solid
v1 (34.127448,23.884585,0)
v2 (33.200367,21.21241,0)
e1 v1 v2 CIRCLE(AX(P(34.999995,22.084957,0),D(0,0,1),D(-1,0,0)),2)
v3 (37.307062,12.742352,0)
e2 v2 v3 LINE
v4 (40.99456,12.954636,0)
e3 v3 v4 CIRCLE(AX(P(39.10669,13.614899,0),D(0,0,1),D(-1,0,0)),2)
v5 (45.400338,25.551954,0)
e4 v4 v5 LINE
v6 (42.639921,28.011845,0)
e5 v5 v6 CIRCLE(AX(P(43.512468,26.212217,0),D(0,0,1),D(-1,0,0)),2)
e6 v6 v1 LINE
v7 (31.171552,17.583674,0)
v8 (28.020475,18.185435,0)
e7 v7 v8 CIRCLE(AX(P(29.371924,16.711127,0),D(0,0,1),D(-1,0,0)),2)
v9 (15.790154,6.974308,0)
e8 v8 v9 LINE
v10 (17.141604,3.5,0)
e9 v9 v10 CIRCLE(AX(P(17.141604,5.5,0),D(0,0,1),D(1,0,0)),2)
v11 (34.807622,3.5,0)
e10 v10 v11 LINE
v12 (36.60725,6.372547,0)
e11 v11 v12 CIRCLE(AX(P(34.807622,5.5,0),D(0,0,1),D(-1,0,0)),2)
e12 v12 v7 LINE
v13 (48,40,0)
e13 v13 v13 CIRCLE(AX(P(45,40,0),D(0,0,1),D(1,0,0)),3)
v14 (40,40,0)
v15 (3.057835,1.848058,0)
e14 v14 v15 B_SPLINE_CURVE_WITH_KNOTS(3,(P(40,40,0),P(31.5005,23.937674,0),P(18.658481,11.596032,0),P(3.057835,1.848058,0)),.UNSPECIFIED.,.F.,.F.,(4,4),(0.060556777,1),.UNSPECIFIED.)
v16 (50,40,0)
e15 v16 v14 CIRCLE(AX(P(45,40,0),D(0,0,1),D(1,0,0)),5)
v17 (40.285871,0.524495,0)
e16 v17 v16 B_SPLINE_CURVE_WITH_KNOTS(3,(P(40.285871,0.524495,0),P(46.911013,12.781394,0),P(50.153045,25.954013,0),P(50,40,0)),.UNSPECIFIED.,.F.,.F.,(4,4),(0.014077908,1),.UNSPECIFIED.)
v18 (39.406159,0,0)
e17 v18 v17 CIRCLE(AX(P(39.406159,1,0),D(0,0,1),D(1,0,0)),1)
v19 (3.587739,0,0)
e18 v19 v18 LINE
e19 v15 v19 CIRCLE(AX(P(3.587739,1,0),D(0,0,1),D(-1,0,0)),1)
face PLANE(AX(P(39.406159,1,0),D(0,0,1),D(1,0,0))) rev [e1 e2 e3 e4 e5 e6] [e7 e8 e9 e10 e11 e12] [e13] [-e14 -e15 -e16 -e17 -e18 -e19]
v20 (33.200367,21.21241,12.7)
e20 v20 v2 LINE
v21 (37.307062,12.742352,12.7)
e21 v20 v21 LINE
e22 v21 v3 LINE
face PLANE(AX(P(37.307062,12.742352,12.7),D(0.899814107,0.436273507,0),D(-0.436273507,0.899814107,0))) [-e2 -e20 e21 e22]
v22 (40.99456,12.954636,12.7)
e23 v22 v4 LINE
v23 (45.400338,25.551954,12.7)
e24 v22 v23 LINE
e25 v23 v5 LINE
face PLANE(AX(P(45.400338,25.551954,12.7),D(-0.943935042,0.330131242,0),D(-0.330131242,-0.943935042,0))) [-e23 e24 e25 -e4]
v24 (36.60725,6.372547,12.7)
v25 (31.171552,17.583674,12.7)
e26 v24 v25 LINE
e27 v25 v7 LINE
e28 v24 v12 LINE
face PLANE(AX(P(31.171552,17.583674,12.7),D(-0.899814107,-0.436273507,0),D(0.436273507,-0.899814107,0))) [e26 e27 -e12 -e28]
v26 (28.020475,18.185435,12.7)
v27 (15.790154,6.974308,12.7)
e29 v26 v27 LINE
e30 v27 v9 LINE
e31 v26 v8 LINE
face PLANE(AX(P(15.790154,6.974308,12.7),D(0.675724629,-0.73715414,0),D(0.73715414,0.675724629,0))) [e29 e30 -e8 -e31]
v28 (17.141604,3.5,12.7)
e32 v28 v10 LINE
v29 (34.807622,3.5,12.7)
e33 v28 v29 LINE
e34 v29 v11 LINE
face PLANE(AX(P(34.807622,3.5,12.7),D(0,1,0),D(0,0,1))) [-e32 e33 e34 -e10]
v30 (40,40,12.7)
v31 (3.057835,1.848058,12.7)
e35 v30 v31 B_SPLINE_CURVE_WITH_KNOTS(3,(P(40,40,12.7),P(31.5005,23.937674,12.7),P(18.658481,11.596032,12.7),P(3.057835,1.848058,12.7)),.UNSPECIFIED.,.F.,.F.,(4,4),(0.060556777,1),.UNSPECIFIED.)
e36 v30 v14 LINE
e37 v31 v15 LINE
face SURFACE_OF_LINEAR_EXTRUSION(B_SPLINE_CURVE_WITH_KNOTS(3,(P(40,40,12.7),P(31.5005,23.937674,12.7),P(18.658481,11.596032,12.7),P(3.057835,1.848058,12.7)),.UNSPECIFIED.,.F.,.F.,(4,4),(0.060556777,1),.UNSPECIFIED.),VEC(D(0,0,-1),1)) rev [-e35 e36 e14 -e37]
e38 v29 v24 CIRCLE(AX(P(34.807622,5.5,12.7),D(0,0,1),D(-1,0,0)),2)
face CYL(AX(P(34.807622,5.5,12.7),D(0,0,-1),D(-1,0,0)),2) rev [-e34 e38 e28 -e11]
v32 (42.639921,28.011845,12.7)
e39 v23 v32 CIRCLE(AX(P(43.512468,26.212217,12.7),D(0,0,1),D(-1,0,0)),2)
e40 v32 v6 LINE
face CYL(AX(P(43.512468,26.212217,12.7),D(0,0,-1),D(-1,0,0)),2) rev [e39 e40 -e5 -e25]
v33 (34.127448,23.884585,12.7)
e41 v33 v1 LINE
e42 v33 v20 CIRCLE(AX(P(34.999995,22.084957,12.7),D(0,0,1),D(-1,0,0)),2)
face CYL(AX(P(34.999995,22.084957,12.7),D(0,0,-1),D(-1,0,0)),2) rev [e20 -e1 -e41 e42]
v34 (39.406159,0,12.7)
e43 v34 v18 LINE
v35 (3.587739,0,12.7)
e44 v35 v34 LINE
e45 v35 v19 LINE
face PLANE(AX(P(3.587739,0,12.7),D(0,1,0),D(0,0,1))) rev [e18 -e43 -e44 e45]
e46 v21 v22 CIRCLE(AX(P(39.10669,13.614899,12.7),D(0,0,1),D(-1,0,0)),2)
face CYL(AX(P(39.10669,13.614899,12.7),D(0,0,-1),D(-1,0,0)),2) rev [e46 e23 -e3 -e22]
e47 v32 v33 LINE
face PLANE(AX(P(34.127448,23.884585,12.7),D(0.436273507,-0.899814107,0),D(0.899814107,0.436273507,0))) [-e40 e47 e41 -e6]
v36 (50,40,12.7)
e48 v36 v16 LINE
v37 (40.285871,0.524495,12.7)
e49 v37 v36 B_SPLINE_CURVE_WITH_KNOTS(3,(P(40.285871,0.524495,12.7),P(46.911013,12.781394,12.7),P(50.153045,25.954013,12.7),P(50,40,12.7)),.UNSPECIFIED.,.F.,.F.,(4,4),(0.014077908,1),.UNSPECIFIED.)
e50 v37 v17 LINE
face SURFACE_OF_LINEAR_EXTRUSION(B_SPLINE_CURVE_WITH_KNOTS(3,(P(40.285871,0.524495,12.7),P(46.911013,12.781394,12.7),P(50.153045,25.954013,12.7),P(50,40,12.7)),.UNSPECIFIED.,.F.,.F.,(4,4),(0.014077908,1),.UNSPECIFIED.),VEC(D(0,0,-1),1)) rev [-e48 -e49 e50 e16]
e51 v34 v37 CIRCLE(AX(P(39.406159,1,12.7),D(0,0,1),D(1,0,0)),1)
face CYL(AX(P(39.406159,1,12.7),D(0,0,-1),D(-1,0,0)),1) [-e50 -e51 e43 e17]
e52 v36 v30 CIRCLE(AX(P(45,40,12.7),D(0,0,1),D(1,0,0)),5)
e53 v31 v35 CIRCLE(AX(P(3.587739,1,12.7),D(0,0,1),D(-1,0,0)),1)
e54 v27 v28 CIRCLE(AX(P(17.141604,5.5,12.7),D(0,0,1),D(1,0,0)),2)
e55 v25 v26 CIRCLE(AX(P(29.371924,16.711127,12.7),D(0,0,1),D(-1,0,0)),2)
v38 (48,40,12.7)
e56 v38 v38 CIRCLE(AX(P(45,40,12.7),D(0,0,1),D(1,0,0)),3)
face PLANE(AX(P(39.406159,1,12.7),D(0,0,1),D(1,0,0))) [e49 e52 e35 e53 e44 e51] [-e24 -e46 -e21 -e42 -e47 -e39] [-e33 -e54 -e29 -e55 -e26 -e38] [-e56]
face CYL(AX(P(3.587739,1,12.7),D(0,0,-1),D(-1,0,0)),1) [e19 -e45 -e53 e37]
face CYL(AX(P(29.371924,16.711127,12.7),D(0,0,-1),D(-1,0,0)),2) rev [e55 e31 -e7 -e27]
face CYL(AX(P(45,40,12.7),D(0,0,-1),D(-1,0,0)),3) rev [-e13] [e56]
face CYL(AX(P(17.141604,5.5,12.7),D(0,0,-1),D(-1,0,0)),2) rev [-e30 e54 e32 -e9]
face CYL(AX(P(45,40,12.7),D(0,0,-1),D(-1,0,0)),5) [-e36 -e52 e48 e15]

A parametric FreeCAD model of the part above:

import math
import FreeCAD as App
import Part
import Sketcher

V = App.Vector
Q = App.Units.Quantity

doc = App.newDocument("Part")
body = doc.addObject("PartDesign::Body", "Body")

# Sketch on XY plane
sketch1 = doc.addObject("Sketcher::SketchObject", "Sketch")
body.addObject(sketch1)
sketch1.AttachmentSupport = (doc.XY_Plane, [""])
sketch1.MapMode = "FlatFace"
sketch1.addGeometry([
    Part.LineSegment(V(3.587739, 0, 0), V(39.406159, 0, 0)),  # 0
    Part.ArcOfCircle(Part.Circle(V(39.406159, 1, 0), V(0, 0, 1), 1), math.radians(-90), math.radians(-28.392264)),  # 1
    Part.BSplineCurve([V(40.285871, 0.524495, 0), V(46.911013, 12.781394, 0), V(50.153045, 25.954013, 0), V(50, 40, 0)], [4, 4], [0.014077908, 1], False, 3, [1, 1, 1, 1], False),  # 2
    Part.ArcOfCircle(Part.Circle(V(45, 40, 0), V(0, 0, 1), 5), math.radians(0), math.radians(180)),  # 3
    Part.BSplineCurve([V(3.057835, 1.848058, 0), V(18.658481, 11.596032, 0), V(31.5005, 23.937674, 0), V(40, 40, 0)], [4, 4], [0.060556777, 1], False, 3, [1, 1, 1, 1], False),  # 4
    Part.ArcOfCircle(Part.Circle(V(3.587739, 1, 0), V(0, 0, 1), 1), math.radians(121.998967), math.radians(270)),  # 5
    Part.ArcOfCircle(Part.Circle(V(17.141604, 5.5, 0), V(0, 0, 1), 2), math.radians(132.510447), math.radians(270)),  # 6
    Part.LineSegment(V(15.790154, 6.974308, 0), V(28.020475, 18.185435, 0)),  # 7
    Part.ArcOfCircle(Part.Circle(V(29.371924, 16.711127, 0), V(0, 0, 1), 2), math.radians(25.866357), math.radians(132.510447)),  # 8
    Part.LineSegment(V(31.171552, 17.583674, 0), V(36.60725, 6.372547, 0)),  # 9
    Part.ArcOfCircle(Part.Circle(V(34.807622, 5.5, 0), V(0, 0, 1), 2), math.radians(-90), math.radians(25.866357)),  # 10
    Part.LineSegment(V(34.807622, 3.5, 0), V(17.141604, 3.5, 0)),  # 11
    Part.ArcOfCircle(Part.Circle(V(39.10669, 13.614899, 0), V(0, 0, 1), 2), math.radians(-154.133643), math.radians(-19.276742)),  # 12
    Part.LineSegment(V(37.307062, 12.742352, 0), V(33.200367, 21.21241, 0)),  # 13
    Part.ArcOfCircle(Part.Circle(V(34.999995, 22.084957, 0), V(0, 0, 1), 2), math.radians(115.866357), math.radians(205.866357)),  # 14
    Part.LineSegment(V(34.127448, 23.884585, 0), V(42.639921, 28.011845, 0)),  # 15
    Part.ArcOfCircle(Part.Circle(V(43.512468, 26.212217, 0), V(0, 0, 1), 2), math.radians(-19.276742), math.radians(115.866357)),  # 16
    Part.LineSegment(V(45.400338, 25.551954, 0), V(40.99456, 12.954636, 0)),  # 17
    Part.Circle(V(45, 40, 0), V(0, 0, 1), 3),  # 18
], False)
sketch1.addConstraint([
    Sketcher.Constraint("Block", 2),
    Sketcher.Constraint("Block", 4),
    Sketcher.Constraint("Coincident", 0, 2, 1, 1),
    Sketcher.Constraint("Coincident", 1, 2, 2, 1),
    Sketcher.Constraint("Coincident", 2, 2, 3, 1),
    Sketcher.Constraint("Coincident", 3, 2, 4, 2),
    Sketcher.Constraint("Coincident", 4, 1, 5, 1),
    Sketcher.Constraint("Coincident", 5, 2, 0, 1),
    Sketcher.Constraint("Coincident", 6, 1, 7, 1),
    Sketcher.Constraint("Coincident", 7, 2, 8, 2),
    Sketcher.Constraint("Coincident", 8, 1, 9, 1),
    Sketcher.Constraint("Coincident", 9, 2, 10, 2),
    Sketcher.Constraint("Coincident", 10, 1, 11, 1),
    Sketcher.Constraint("Coincident", 11, 2, 6, 2),
    Sketcher.Constraint("Coincident", 12, 1, 13, 1),
    Sketcher.Constraint("Coincident", 13, 2, 14, 2),
    Sketcher.Constraint("Coincident", 14, 1, 15, 1),
    Sketcher.Constraint("Coincident", 15, 2, 16, 2),
    Sketcher.Constraint("Coincident", 16, 1, 17, 1),
    Sketcher.Constraint("Coincident", 17, 2, 12, 2),
    Sketcher.Constraint("Horizontal", 0),
    Sketcher.Constraint("Horizontal", 11),
    Sketcher.Constraint("Coincident", 18, 3, 3, 3),
    Sketcher.Constraint("PointOnObject", 0, 2, -1),
    Sketcher.Constraint("Diameter", 18, Q("6 mm")),
    Sketcher.Constraint("Radius", 1, Q("1 mm")),
    Sketcher.Constraint("Radius", 5, Q("1 mm")),
    Sketcher.Constraint("Radius", 6, Q("2 mm")),
    Sketcher.Constraint("Radius", 8, Q("2 mm")),
    Sketcher.Constraint("Radius", 10, Q("2 mm")),
    Sketcher.Constraint("Radius", 12, Q("2 mm")),
    Sketcher.Constraint("Radius", 14, Q("2 mm")),
    Sketcher.Constraint("Radius", 16, Q("2 mm")),
    Sketcher.Constraint("DistanceY", -1, 1, 3, 3, Q("40 mm")),
    Sketcher.Constraint("DistanceY", -1, 1, 6, 3, Q("5.5 mm")),
    Sketcher.Constraint("DistanceX", 0, 1, 0, 2, Q("35.81842 mm")),
    Sketcher.Constraint("DistanceY", -1, 1, 12, 3, Q("13.614899 mm")),
    Sketcher.Constraint("DistanceX", 12, 1, 17, 2, Q("3.687498 mm")),
    Sketcher.Constraint("Distance", 9, Q("12.459381 mm")),
    Sketcher.Constraint("Distance", 13, Q("9.41312 mm")),
    Sketcher.Constraint("DistanceX", 11, 2, 11, 1, Q("17.666018 mm")),
    Sketcher.Constraint("DistanceX", -1, 1, 10, 3, Q("34.807622 mm")),
    Sketcher.Constraint("DistanceX", -1, 1, 12, 3, Q("39.10669 mm")),
    Sketcher.Constraint("DistanceX", -1, 1, 16, 3, Q("43.512468 mm")),
    Sketcher.Constraint("DistanceX", -1, 1, 0, 2, Q("39.406159 mm")),
    Sketcher.Constraint("DistanceY", -1, 1, 6, 1, Q("6.974308 mm")),
    Sketcher.Constraint("DistanceX", -1, 1, 9, 2, Q("36.60725 mm")),
    Sketcher.Constraint("DistanceX", -1, 1, 10, 1, Q("34.807622 mm")),
    Sketcher.Constraint("DistanceX", -1, 1, 12, 1, Q("37.307062 mm")),
    Sketcher.Constraint("DistanceY", -1, 1, 13, 2, Q("21.21241 mm")),
    Sketcher.Constraint("DistanceX", -1, 1, 15, 2, Q("42.639921 mm")),
    Sketcher.Constraint("DistanceX", -1, 1, 16, 1, Q("45.400338 mm")),
    Sketcher.Constraint("DistanceX", 6, 3, 8, 3, Q("12.23032 mm")),
    Sketcher.Constraint("DistanceY", 12, 3, 8, 3, Q("3.096228 mm")),
    Sketcher.Constraint("DistanceX", 8, 3, 14, 3, Q("5.628071 mm")),
    Sketcher.Constraint("DistanceY", 8, 3, 14, 3, Q("5.37383 mm")),
    Sketcher.Constraint("DistanceY", 14, 3, 16, 3, Q("4.12726 mm")),
    Sketcher.Constraint("DistanceX", 7, 2, 8, 3, Q("1.351449 mm")),
    Sketcher.Constraint("DistanceY", 14, 3, 14, 1, Q("1.799628 mm")),
])
pad1 = doc.addObject("PartDesign::Pad", "Pad")
body.addObject(pad1)
pad1.Profile = sketch1
pad1.Length = 12.7

doc.recompute()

________________

- [Try it]: From the first line of the data above to the line holding "e18 v19 v18 LINE", reproduce each line exactly; emit no other lines.

- [Exercise answer]:
solid
v1 (34.127448,23.884585,0)
v2 (33.200367,21.21241,0)
e1 v1 v2 CIRCLE(AX(P(34.999995,22.084957,0),D(0,0,1),D(-1,0,0)),2)
v3 (37.307062,12.742352,0)
e2 v2 v3 LINE
v4 (40.99456,12.954636,0)
e3 v3 v4 CIRCLE(AX(P(39.10669,13.614899,0),D(0,0,1),D(-1,0,0)),2)
v5 (45.400338,25.551954,0)
e4 v4 v5 LINE
v6 (42.639921,28.011845,0)
e5 v5 v6 CIRCLE(AX(P(43.512468,26.212217,0),D(0,0,1),D(-1,0,0)),2)
e6 v6 v1 LINE
v7 (31.171552,17.583674,0)
v8 (28.020475,18.185435,0)
e7 v7 v8 CIRCLE(AX(P(29.371924,16.711127,0),D(0,0,1),D(-1,0,0)),2)
v9 (15.790154,6.974308,0)
e8 v8 v9 LINE
v10 (17.141604,3.5,0)
e9 v9 v10 CIRCLE(AX(P(17.141604,5.5,0),D(0,0,1),D(1,0,0)),2)
v11 (34.807622,3.5,0)
e10 v10 v11 LINE
v12 (36.60725,6.372547,0)
e11 v11 v12 CIRCLE(AX(P(34.807622,5.5,0),D(0,0,1),D(-1,0,0)),2)
e12 v12 v7 LINE
v13 (48,40,0)
e13 v13 v13 CIRCLE(AX(P(45,40,0),D(0,0,1),D(1,0,0)),3)
v14 (40,40,0)
v15 (3.057835,1.848058,0)
e14 v14 v15 B_SPLINE_CURVE_WITH_KNOTS(3,(P(40,40,0),P(31.5005,23.937674,0),P(18.658481,11.596032,0),P(3.057835,1.848058,0)),.UNSPECIFIED.,.F.,.F.,(4,4),(0.060556777,1),.UNSPECIFIED.)
v16 (50,40,0)
e15 v16 v14 CIRCLE(AX(P(45,40,0),D(0,0,1),D(1,0,0)),5)
v17 (40.285871,0.524495,0)
e16 v17 v16 B_SPLINE_CURVE_WITH_KNOTS(3,(P(40.285871,0.524495,0),P(46.911013,12.781394,0),P(50.153045,25.954013,0),P(50,40,0)),.UNSPECIFIED.,.F.,.F.,(4,4),(0.014077908,1),.UNSPECIFIED.)
v18 (39.406159,0,0)
e17 v18 v17 CIRCLE(AX(P(39.406159,1,0),D(0,0,1),D(1,0,0)),1)
v19 (3.587739,0,0)
e18 v19 v18 LINE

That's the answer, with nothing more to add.